>>>

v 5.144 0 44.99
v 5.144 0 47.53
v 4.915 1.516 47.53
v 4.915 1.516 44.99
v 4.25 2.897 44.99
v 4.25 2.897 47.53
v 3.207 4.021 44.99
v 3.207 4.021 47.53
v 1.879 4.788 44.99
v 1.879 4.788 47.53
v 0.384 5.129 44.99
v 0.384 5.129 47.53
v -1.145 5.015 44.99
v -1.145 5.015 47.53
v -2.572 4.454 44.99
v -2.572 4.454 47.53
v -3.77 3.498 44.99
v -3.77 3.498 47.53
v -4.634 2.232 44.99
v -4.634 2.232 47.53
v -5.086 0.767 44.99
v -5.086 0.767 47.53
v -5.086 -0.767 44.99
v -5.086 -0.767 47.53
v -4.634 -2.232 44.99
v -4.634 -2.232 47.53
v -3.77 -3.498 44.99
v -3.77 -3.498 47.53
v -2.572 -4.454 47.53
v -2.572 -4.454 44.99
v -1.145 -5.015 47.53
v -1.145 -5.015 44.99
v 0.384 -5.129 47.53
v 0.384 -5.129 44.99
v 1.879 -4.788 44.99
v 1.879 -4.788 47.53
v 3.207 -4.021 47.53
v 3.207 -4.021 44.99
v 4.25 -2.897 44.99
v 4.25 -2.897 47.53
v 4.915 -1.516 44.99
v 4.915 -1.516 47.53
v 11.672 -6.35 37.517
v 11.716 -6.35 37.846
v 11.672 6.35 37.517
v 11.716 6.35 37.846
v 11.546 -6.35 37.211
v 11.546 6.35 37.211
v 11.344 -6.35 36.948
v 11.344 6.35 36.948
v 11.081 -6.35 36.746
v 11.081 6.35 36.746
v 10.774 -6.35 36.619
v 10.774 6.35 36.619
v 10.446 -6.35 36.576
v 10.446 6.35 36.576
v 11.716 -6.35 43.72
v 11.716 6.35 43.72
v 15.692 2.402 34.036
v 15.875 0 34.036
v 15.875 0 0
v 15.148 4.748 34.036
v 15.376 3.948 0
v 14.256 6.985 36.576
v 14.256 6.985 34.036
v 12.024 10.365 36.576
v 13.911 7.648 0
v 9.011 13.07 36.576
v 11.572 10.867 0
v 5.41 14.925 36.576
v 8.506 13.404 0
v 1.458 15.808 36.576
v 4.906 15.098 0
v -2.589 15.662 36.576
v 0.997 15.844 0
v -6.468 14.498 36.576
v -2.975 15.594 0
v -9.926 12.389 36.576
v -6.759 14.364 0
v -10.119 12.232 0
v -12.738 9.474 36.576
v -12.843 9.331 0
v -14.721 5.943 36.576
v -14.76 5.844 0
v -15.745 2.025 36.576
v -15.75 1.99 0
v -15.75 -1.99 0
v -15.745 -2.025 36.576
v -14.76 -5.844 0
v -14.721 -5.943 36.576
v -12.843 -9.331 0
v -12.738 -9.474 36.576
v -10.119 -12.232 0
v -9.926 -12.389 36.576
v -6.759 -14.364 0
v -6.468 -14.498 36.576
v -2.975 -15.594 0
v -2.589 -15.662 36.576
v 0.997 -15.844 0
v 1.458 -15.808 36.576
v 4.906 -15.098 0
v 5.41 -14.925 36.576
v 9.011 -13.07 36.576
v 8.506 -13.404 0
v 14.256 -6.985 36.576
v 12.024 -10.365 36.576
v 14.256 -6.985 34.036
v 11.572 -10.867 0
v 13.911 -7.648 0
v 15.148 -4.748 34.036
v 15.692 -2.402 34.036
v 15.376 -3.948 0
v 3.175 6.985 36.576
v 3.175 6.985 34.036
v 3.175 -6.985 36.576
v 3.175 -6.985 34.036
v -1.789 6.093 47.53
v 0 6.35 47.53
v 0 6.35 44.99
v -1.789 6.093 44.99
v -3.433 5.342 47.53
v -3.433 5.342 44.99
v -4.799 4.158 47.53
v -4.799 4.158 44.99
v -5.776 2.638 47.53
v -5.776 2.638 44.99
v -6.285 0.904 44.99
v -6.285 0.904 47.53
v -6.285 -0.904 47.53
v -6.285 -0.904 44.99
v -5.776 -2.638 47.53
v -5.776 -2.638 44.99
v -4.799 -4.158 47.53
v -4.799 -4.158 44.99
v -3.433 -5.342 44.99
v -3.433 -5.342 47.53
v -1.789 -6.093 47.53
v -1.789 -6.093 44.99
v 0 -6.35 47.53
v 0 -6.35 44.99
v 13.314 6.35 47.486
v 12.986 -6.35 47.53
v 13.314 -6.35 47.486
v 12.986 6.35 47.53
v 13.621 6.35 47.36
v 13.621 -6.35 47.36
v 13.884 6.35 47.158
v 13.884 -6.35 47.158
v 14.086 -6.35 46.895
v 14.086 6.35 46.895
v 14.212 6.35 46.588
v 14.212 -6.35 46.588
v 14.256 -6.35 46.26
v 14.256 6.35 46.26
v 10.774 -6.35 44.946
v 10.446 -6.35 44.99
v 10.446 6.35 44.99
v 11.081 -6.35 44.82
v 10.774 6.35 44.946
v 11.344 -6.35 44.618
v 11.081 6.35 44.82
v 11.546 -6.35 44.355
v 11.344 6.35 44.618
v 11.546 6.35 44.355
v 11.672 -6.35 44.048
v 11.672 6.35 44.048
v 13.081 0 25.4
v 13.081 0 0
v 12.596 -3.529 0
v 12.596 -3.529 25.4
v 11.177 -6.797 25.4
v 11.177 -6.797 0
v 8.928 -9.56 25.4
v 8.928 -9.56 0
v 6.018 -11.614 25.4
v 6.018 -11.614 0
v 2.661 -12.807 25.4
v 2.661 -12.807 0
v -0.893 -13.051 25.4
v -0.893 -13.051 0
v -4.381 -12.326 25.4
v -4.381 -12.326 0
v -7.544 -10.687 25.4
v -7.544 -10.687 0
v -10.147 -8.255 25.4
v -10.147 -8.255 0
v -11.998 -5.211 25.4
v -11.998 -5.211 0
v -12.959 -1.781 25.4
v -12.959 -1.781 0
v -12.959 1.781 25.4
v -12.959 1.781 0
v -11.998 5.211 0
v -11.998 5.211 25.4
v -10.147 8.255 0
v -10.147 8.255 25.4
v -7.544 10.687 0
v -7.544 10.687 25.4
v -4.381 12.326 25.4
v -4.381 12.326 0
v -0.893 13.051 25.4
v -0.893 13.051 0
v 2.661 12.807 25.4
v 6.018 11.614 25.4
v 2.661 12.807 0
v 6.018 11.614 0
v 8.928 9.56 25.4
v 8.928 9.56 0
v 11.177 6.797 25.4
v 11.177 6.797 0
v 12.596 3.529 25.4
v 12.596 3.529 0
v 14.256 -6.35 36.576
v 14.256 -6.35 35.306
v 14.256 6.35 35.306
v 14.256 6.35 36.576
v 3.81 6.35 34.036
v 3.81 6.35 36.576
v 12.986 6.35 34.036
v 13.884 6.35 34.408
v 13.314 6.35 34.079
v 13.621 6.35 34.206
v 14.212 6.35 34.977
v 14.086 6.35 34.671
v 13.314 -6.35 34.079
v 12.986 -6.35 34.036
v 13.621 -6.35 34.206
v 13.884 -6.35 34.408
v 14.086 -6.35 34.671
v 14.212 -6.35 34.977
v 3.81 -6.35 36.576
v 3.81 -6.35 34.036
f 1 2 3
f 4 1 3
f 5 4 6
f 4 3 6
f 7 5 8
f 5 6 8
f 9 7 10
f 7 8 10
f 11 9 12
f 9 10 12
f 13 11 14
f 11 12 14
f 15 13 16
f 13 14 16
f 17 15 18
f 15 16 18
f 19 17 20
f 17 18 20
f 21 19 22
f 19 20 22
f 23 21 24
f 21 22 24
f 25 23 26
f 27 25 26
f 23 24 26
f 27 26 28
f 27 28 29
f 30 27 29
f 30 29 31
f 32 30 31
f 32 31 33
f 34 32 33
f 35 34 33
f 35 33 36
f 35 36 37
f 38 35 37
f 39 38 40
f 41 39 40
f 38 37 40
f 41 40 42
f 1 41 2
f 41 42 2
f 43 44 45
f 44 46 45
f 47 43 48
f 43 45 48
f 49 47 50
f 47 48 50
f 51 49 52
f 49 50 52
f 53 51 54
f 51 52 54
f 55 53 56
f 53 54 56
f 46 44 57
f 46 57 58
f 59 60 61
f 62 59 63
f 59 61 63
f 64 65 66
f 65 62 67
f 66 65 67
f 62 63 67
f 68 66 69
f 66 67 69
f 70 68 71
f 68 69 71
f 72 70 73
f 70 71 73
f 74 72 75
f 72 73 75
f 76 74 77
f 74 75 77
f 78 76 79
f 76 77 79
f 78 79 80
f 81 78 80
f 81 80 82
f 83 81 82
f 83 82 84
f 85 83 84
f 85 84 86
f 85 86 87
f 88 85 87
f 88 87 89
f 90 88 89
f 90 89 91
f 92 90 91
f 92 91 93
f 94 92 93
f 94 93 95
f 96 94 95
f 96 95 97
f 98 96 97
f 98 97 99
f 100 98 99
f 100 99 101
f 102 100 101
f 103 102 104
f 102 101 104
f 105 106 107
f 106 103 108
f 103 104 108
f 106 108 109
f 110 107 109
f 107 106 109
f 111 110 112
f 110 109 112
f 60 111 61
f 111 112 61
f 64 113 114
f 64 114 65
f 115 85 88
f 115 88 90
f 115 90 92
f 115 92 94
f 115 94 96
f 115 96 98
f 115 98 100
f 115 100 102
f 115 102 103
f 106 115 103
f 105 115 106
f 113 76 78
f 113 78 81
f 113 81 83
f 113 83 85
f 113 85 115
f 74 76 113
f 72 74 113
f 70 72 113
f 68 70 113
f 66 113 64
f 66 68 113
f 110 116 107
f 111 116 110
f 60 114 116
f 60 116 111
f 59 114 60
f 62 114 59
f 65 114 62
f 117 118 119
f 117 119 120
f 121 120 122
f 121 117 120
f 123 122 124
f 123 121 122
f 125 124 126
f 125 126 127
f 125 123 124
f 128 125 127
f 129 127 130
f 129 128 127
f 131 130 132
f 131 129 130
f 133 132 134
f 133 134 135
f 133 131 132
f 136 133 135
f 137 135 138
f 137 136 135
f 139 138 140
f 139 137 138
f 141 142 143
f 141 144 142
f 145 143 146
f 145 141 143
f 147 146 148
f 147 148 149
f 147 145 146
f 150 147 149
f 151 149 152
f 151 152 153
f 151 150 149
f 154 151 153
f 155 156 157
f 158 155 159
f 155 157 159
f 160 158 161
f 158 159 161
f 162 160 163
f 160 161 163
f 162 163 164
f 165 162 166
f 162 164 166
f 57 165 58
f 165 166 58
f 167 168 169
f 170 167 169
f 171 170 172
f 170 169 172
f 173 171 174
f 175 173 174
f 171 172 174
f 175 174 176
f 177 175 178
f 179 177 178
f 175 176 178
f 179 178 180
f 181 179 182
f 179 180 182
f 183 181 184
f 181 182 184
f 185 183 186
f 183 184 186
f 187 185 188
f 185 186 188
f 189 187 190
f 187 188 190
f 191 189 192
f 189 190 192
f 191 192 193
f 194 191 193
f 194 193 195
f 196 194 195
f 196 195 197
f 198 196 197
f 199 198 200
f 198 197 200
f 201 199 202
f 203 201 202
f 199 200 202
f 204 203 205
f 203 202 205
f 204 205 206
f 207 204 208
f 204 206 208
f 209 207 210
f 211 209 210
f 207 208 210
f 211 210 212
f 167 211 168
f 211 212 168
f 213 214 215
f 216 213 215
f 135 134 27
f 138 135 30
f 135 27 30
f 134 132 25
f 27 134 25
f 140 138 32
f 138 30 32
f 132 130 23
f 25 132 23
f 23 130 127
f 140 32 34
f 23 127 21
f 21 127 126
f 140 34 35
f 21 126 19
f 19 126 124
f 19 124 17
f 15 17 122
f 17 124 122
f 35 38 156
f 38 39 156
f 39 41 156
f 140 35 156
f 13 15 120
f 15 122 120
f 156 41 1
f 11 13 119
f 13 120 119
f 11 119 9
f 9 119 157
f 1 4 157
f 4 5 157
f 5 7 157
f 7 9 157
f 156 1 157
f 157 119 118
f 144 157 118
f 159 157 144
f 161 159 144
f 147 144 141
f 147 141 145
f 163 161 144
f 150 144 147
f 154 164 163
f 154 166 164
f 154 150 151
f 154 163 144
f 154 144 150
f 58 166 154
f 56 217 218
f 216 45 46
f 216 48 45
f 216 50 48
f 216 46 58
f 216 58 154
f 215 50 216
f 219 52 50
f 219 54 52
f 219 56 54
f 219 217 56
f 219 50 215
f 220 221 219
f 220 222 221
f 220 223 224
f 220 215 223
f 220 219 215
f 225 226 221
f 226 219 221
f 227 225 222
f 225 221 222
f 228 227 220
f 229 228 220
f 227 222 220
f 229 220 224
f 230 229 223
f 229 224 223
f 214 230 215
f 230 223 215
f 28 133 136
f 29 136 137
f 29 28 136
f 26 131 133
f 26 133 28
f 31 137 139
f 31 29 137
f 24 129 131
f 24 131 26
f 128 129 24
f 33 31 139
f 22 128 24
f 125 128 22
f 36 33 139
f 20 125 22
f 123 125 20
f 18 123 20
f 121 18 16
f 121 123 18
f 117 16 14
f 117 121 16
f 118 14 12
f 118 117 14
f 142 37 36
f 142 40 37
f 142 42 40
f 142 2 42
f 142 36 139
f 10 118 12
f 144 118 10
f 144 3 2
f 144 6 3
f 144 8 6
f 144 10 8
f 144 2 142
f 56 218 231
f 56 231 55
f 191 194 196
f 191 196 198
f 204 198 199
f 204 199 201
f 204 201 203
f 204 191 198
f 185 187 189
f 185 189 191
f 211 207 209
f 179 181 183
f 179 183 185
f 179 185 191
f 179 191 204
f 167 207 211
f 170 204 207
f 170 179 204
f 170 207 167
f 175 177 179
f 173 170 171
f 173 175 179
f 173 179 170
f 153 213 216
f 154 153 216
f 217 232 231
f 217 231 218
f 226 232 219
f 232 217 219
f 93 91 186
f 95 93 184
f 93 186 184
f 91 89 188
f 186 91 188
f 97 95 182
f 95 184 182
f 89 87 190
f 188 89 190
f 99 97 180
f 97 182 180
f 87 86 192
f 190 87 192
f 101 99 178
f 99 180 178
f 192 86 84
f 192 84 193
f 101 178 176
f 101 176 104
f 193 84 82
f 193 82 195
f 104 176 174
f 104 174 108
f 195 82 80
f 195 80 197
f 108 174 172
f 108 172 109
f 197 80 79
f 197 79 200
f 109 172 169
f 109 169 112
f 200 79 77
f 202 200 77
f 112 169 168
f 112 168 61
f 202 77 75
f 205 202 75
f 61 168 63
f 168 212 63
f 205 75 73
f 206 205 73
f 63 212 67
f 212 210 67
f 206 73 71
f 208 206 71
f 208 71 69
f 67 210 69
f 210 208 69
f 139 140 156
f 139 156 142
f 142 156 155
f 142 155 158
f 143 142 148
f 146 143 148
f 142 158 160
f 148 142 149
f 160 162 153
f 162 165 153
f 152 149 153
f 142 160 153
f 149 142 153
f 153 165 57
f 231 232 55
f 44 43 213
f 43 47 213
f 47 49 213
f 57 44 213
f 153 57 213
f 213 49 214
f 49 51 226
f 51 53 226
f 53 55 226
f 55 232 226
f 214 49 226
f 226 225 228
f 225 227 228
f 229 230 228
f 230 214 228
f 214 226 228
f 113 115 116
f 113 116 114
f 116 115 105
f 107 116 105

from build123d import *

# Parameters (mm, degrees)
F0_R      = 15.875
F1_DEPTH  = 36.576
F2_R      = 13.081
F3_DEPTH  = 25.4
F4_W      = 25.4
F4_H      = 13.97
F5_DEPTH  = 2.54
F6_W      = 10.445715
F6_H      = 12.7
F7_DEPTH  = 2.54
F8_W      = 2.54
F8_H      = 12.7
F9_DEPTH  = 10.95375
F10_R     = 5.1435
F11_DEPTH = 2.54
F12_R     = 1.27


with BuildPart() as f1:
    # F0 (on Top) → F1 (new body)
    with BuildSketch(Plane.XY):
        Circle(F0_R)
    extrude(amount=F1_DEPTH)

    # F2 (on face) → F3 (cut)
    with BuildSketch(Plane(origin=(0, 0, 0), x_dir=(1, 0, 0), z_dir=(0, 0, -1))):
        Circle(F2_R)
    extrude(amount=-F3_DEPTH, mode=Mode.SUBTRACT)

    # F4 (on face) → F5 (cut)
    with BuildSketch(Plane.XY.offset(36.576)):
        with Locations((15.875, 0)):
            Rectangle(F4_W, F4_H)
    extrude(amount=-F5_DEPTH, mode=Mode.SUBTRACT)


with BuildPart() as f7:
    # F6 (on face) → F7 (new body)
    with BuildSketch(Plane.XY.offset(34.036)):
        with Locations((9.032857, 0)):
            Rectangle(F6_W, F6_H)
    extrude(amount=F7_DEPTH)

    # F8 (on face) → F9 (join)
    with BuildSketch(Plane.XY.offset(36.576)):
        with Locations((12.985715, 0)):
            Rectangle(F8_W, F8_H)
    extrude(amount=F9_DEPTH)

    # F10 (on face) → F11 (join)
    with BuildSketch(Plane.XY.offset(47.52975)):
        with BuildLine():
            Line((14.255715, -6.35), (14.255715, 6.35))
            Line((14.255715, 6.35), (0, 6.35))
            ThreePointArc((0, 6.35), (-6.35, 0), (0, -6.35))
            Line((0, -6.35), (14.255715, -6.35))
        make_face()
        Circle(F10_R, mode=Mode.SUBTRACT)
    extrude(amount=-F11_DEPTH)

    # F12
    f12_edges = [f7.edges().sort_by_distance(p)[0] for p in [
        (14.255715, 0, 47.52975),
        (11.715715, 0, 44.98975),
        (14.255715, 0, 34.036),
        (11.715715, 0, 36.576),
    ]]
    fillet(f12_edges, radius=F12_R)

<<<

— What is required —
All lines above between those holding "v -4.799 4.158 47.53" and "v 13.314 6.35 47.486", inclusive, must be set down unchanged, and no other line may be included.

— Solution to the problem —
v -4.799 4.158 47.53
v -4.799 4.158 44.99
v -5.776 2.638 47.53
v -5.776 2.638 44.99
v -6.285 0.904 44.99
v -6.285 0.904 47.53
v -6.285 -0.904 47.53
v -6.285 -0.904 44.99
v -5.776 -2.638 47.53
v -5.776 -2.638 44.99
v -4.799 -4.158 47.53
v -4.799 -4.158 44.99
v -3.433 -5.342 44.99
v -3.433 -5.342 47.53
v -1.789 -6.093 47.53
v -1.789 -6.093 44.99
v 0 -6.35 47.53
v 0 -6.35 44.99
v 13.314 6.35 47.486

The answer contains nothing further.